De acordo com o Ministério da Economia, a atual situação fiscal do país limita a atuação da Administração Pública em ações que acarretem impactos orçamentário-financeiros tanto para este ano quanto para os exercícios subsequentes, o que impossibilita a autorização realização de um concurso público para o INSS neste momento.

O ministério esclareceu, ainda, que está trabalhando em conjunto com o INSS na implementação de alternativas para a melhoria do desempenho institucional. "As medidas incluem, por exemplo, o mapeamento, otimização e automação de processos; a revisão de procedimentos e modernização de normativos internos; e a realocação de pessoal entre unidades do próprio órgão, de modo a atender as prioritárias e que garantam a melhoria da oferta de seus serviços públicos".

Vários fatos motivaram a recomendação, entre eles o déficit de cerca de 10.000 funcionários; iminência de aposentadoria de pelo menos 9.000 servidores e as inúmeras ações judiciais questionando a incapacidade do órgão na prestação de benefícios (espera para resposta de pedidos que pode chegar a mais de um ano, o que atinge, fundamentalmente, idosos, pessoas com deficiência e mulheres em licença maternidade). 

Segundo MPF na ocasião, a autorização para um novo concurso público não deveria ser superior a 30 dias. Já o quantitativo de vagas não deveria ser inferior aos cargos em aberto, além de que seria necessário abrir formação de cadastro de reserva – inclusive para o preenchimento de postos resultantes da aposentadoria dos servidores que se encontram em abono de permanência. A recomendação ainda indicou que o INSS deveria elaborar cronograma para a realização do certame, com prazo não superior a 180 dias para a posse dos aprovados. 

O pedido também estabeleceu que o Ministério da Economia, em conjunto com o INSS, realizasse estudos para quantificar o número ideal de vagas e cargos. 

Situação precária 

Atualmente, o INSS tem como responsabilidade a operacionalização dos direitos das pessoas sob o Regime Geral de Previdência Social, que abrange mais de 50 milhões de segurados e aproximadamente 33 milhões de beneficiários. Informações do Painel de Monitoramento da autarquia, entre março de 2018 até abril de 2019, apontam que há mais de 2,1 milhões de pedidos com pendência de análise. Esses pedidos são feitos mediante prévio agendamento, por telefone ou pela internet, e sem a assistência direta e presencial de servidores da autarquia, medida tomada pelo INSS em resposta à progressiva diminuição do quadro de pessoal. 

Ainda segundo dados do próprio INSS e do Instituto Brasileiro de Geografia e Estatística (IBGE), mais da metade dos milhões de beneficiários da Previdência é composta por pessoas pobres e de idade avançada, o que dificultaria o uso ideal da ferramenta virtual, inclusive a do teleatendimento, segundo afirma o MPF.
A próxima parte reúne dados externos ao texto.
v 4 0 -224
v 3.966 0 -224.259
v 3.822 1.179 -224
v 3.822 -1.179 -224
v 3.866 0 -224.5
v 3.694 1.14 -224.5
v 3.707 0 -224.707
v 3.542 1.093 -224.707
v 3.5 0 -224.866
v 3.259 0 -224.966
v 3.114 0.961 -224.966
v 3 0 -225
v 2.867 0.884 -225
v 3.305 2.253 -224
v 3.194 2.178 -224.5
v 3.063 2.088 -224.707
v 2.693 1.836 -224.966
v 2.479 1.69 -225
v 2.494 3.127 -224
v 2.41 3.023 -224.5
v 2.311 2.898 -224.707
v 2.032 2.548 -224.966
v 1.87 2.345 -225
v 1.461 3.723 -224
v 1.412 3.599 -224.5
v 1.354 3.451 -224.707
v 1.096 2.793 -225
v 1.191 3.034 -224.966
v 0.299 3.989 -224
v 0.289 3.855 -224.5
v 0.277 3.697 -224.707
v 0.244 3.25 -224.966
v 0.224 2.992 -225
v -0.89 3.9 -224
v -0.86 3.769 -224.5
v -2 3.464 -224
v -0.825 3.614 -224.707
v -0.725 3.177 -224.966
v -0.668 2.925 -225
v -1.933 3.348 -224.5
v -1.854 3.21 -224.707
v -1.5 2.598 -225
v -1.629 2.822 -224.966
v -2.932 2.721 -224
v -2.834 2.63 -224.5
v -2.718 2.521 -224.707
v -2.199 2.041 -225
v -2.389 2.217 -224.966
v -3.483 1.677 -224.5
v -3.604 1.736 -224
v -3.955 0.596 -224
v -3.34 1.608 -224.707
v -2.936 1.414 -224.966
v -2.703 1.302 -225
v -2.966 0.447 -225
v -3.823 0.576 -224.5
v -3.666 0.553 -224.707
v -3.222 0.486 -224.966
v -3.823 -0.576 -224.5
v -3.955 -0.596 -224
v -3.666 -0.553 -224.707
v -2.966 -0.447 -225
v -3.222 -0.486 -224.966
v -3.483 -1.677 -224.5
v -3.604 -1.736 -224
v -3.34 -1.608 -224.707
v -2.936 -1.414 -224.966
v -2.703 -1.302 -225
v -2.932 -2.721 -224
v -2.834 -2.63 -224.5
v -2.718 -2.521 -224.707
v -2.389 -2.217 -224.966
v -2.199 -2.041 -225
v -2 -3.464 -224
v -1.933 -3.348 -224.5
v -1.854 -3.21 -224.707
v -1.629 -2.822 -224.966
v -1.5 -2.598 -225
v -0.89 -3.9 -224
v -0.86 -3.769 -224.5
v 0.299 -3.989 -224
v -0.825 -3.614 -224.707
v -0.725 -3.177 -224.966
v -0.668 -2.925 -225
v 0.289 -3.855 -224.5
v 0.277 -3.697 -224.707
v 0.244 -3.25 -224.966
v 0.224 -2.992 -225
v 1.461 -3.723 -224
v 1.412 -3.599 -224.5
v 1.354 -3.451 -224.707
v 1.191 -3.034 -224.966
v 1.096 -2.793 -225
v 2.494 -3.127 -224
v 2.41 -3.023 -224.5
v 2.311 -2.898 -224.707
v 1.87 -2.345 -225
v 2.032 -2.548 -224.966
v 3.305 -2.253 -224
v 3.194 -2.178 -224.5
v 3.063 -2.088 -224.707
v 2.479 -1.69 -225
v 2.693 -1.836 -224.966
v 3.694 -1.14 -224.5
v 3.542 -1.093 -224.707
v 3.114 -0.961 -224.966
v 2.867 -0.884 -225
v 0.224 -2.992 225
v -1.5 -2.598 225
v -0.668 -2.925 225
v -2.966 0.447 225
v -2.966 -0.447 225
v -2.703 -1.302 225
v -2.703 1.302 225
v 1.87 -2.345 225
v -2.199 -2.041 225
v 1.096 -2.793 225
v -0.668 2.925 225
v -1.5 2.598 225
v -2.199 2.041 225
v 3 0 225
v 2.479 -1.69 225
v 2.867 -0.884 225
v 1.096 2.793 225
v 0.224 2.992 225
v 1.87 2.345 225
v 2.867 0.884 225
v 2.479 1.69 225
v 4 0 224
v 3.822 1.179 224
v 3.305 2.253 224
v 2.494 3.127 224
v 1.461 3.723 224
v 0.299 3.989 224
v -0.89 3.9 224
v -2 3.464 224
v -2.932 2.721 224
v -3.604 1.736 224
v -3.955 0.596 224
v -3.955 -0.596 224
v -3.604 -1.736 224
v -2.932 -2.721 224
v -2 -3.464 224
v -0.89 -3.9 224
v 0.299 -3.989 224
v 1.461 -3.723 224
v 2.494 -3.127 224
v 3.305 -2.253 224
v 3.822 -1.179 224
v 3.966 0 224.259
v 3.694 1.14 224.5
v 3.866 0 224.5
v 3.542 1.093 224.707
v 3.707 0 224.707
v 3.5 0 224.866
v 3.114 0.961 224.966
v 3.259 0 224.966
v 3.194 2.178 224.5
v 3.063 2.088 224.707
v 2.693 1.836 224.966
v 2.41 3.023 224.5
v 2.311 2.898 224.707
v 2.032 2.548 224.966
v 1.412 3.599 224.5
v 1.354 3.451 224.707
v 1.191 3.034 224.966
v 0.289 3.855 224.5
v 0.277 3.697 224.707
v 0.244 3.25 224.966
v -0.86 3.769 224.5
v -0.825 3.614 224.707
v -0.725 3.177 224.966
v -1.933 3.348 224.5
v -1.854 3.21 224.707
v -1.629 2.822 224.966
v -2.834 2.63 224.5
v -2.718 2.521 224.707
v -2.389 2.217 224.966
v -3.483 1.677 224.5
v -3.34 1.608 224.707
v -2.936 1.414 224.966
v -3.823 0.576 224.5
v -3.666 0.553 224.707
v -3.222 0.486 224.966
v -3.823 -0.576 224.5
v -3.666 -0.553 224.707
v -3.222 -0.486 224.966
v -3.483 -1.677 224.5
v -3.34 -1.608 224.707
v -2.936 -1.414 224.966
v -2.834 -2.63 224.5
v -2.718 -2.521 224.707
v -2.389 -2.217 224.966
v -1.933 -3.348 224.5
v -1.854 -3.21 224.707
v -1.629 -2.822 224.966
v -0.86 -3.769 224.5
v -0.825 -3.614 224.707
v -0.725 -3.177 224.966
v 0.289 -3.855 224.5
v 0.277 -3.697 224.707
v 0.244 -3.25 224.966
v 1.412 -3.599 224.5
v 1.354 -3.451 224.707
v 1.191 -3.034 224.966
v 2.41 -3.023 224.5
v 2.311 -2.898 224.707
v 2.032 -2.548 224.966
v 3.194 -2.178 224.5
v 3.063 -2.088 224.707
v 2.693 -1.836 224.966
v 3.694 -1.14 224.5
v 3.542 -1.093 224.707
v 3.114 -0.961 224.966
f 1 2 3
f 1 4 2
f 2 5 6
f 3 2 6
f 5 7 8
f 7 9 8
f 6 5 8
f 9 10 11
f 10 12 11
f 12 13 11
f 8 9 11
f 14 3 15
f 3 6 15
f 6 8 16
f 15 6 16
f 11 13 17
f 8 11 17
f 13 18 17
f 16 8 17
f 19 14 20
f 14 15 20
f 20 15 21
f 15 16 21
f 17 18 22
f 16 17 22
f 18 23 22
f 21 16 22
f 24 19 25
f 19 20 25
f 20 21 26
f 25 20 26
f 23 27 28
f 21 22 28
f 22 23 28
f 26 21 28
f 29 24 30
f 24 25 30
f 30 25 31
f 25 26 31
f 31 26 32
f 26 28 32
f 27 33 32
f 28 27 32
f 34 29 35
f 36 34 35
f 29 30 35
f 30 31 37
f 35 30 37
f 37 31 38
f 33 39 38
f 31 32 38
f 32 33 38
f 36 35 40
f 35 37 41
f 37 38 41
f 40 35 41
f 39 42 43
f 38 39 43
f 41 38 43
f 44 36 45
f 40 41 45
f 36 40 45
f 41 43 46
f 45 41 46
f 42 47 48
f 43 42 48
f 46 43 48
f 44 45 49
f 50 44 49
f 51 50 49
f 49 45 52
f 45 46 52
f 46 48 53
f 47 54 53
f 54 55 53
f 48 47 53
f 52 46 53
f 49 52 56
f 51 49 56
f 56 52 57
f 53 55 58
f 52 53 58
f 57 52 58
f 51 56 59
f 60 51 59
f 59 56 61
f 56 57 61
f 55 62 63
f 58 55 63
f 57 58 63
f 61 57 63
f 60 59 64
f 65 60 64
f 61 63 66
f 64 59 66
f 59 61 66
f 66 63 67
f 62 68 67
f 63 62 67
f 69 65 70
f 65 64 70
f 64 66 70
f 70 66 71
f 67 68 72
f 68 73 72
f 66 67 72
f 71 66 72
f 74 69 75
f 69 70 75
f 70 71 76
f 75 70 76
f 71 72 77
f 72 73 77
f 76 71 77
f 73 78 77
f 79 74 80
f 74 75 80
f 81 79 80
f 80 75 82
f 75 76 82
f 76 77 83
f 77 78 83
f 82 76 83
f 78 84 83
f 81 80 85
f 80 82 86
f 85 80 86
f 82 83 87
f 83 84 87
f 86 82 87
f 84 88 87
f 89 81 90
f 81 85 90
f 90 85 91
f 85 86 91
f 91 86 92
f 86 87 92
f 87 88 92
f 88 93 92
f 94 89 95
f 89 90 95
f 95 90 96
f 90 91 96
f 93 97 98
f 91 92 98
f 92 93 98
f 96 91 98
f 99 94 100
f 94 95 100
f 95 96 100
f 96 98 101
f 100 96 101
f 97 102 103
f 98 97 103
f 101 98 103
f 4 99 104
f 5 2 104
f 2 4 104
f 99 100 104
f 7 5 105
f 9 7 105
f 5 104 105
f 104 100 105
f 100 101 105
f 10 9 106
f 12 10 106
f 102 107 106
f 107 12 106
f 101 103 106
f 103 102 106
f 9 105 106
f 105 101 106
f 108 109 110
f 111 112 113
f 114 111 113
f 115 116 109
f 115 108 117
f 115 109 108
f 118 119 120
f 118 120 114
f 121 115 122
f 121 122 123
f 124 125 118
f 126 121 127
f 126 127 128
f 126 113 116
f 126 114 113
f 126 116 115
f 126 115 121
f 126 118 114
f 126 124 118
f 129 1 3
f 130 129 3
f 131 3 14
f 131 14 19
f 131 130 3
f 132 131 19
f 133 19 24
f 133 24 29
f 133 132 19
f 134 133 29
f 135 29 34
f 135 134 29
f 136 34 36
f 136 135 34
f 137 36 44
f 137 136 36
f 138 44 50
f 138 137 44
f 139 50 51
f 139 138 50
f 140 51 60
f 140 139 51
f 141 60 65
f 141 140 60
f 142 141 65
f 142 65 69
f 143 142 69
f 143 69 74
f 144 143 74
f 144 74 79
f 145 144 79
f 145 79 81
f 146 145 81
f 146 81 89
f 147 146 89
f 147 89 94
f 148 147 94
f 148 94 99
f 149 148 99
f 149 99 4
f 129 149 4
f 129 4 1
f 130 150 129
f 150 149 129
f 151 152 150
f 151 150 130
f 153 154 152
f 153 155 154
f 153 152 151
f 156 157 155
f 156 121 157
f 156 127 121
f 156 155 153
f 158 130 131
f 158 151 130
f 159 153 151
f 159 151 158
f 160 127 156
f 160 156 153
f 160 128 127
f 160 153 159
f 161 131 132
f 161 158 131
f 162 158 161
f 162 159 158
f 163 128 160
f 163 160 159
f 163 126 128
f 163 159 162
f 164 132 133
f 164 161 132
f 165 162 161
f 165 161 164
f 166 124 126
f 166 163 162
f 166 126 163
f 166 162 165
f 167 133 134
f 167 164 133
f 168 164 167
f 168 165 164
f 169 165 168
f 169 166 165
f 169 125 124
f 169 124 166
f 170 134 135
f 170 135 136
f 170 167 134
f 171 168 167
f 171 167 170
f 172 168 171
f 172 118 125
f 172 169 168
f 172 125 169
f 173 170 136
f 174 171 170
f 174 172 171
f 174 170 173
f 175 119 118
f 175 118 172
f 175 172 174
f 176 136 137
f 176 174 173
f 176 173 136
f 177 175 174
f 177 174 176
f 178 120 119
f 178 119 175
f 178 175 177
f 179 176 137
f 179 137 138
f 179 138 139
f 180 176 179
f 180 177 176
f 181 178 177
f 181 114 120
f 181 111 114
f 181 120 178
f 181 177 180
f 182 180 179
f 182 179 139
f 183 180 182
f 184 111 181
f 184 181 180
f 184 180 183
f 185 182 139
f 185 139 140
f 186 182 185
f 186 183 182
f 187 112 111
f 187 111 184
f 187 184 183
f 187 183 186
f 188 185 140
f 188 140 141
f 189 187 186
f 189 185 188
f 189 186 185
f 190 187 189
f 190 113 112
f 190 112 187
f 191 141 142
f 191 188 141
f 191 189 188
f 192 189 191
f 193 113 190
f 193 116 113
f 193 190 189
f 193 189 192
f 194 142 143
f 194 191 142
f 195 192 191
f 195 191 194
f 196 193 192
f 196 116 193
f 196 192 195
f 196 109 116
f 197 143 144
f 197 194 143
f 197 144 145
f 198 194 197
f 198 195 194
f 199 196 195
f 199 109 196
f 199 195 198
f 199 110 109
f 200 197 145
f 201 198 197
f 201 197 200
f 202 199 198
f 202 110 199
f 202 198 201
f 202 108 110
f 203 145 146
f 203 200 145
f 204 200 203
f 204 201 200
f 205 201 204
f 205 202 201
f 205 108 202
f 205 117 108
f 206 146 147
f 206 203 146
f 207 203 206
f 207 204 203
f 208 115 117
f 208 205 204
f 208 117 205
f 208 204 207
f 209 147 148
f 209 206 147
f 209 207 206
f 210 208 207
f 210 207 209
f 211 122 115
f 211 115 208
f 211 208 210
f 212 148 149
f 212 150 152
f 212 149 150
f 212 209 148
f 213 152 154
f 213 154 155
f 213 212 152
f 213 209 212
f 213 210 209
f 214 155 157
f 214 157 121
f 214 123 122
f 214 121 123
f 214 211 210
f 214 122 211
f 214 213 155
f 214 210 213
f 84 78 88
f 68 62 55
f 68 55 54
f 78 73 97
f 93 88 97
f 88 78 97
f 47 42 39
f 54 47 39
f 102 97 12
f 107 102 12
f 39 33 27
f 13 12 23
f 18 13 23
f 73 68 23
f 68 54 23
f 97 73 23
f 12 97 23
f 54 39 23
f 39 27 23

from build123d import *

# Parameters (mm, degrees)
EXTRUDE2_DEPTH      = 225
EXTRUDE2_DEPTH_BACK = 225
SKETCH1_R           = 4
FILLET2_R           = 1
FILLET3_R           = 1


with BuildPart() as part:
    # Sketch1 → Extrude2 (new, two sides: drawn at the far end of the back side and taken through both)
    with BuildSketch(Plane.XY.offset(-EXTRUDE2_DEPTH_BACK)):
        Circle(SKETCH1_R)
    extrude(amount=EXTRUDE2_DEPTH + EXTRUDE2_DEPTH_BACK)

    # Fillet2
    fillet2_edges = [part.edges().sort_by_distance(p)[0] for p in [
        (-4, 0, -225),
    ]]
    fillet(fillet2_edges, radius=FILLET2_R)

    # Fillet3
    fillet3_edges = [part.edges().sort_by_distance(p)[0] for p in [
        (-4, 0, 225),
    ]]
    fillet(fillet3_edges, radius=FILLET3_R)


solid = part.part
O MPF ainda acredita que a precarização dos serviços prestados pelo INSS tem afetado a garantia constitucional de benefícios da população, além de lesar os cofres públicos em virtude da judicialização para a efetiva obtenção desses direitos. “Ao tempo em que mascara a precarização dos serviços e do seu quadro funcional, a utilização de canais remotos obstaculiza o acesso de milhões de pessoas a direitos que lhes assistem, além de propiciar, paralelamente, a proliferação de terceiros prestadores de serviços – sejam pessoas físicas, sejam pessoas jurídicas – que cobram dos segurados e assistidos para obter a ‘facilidade’ que é a eles negada”, destaca o MPF.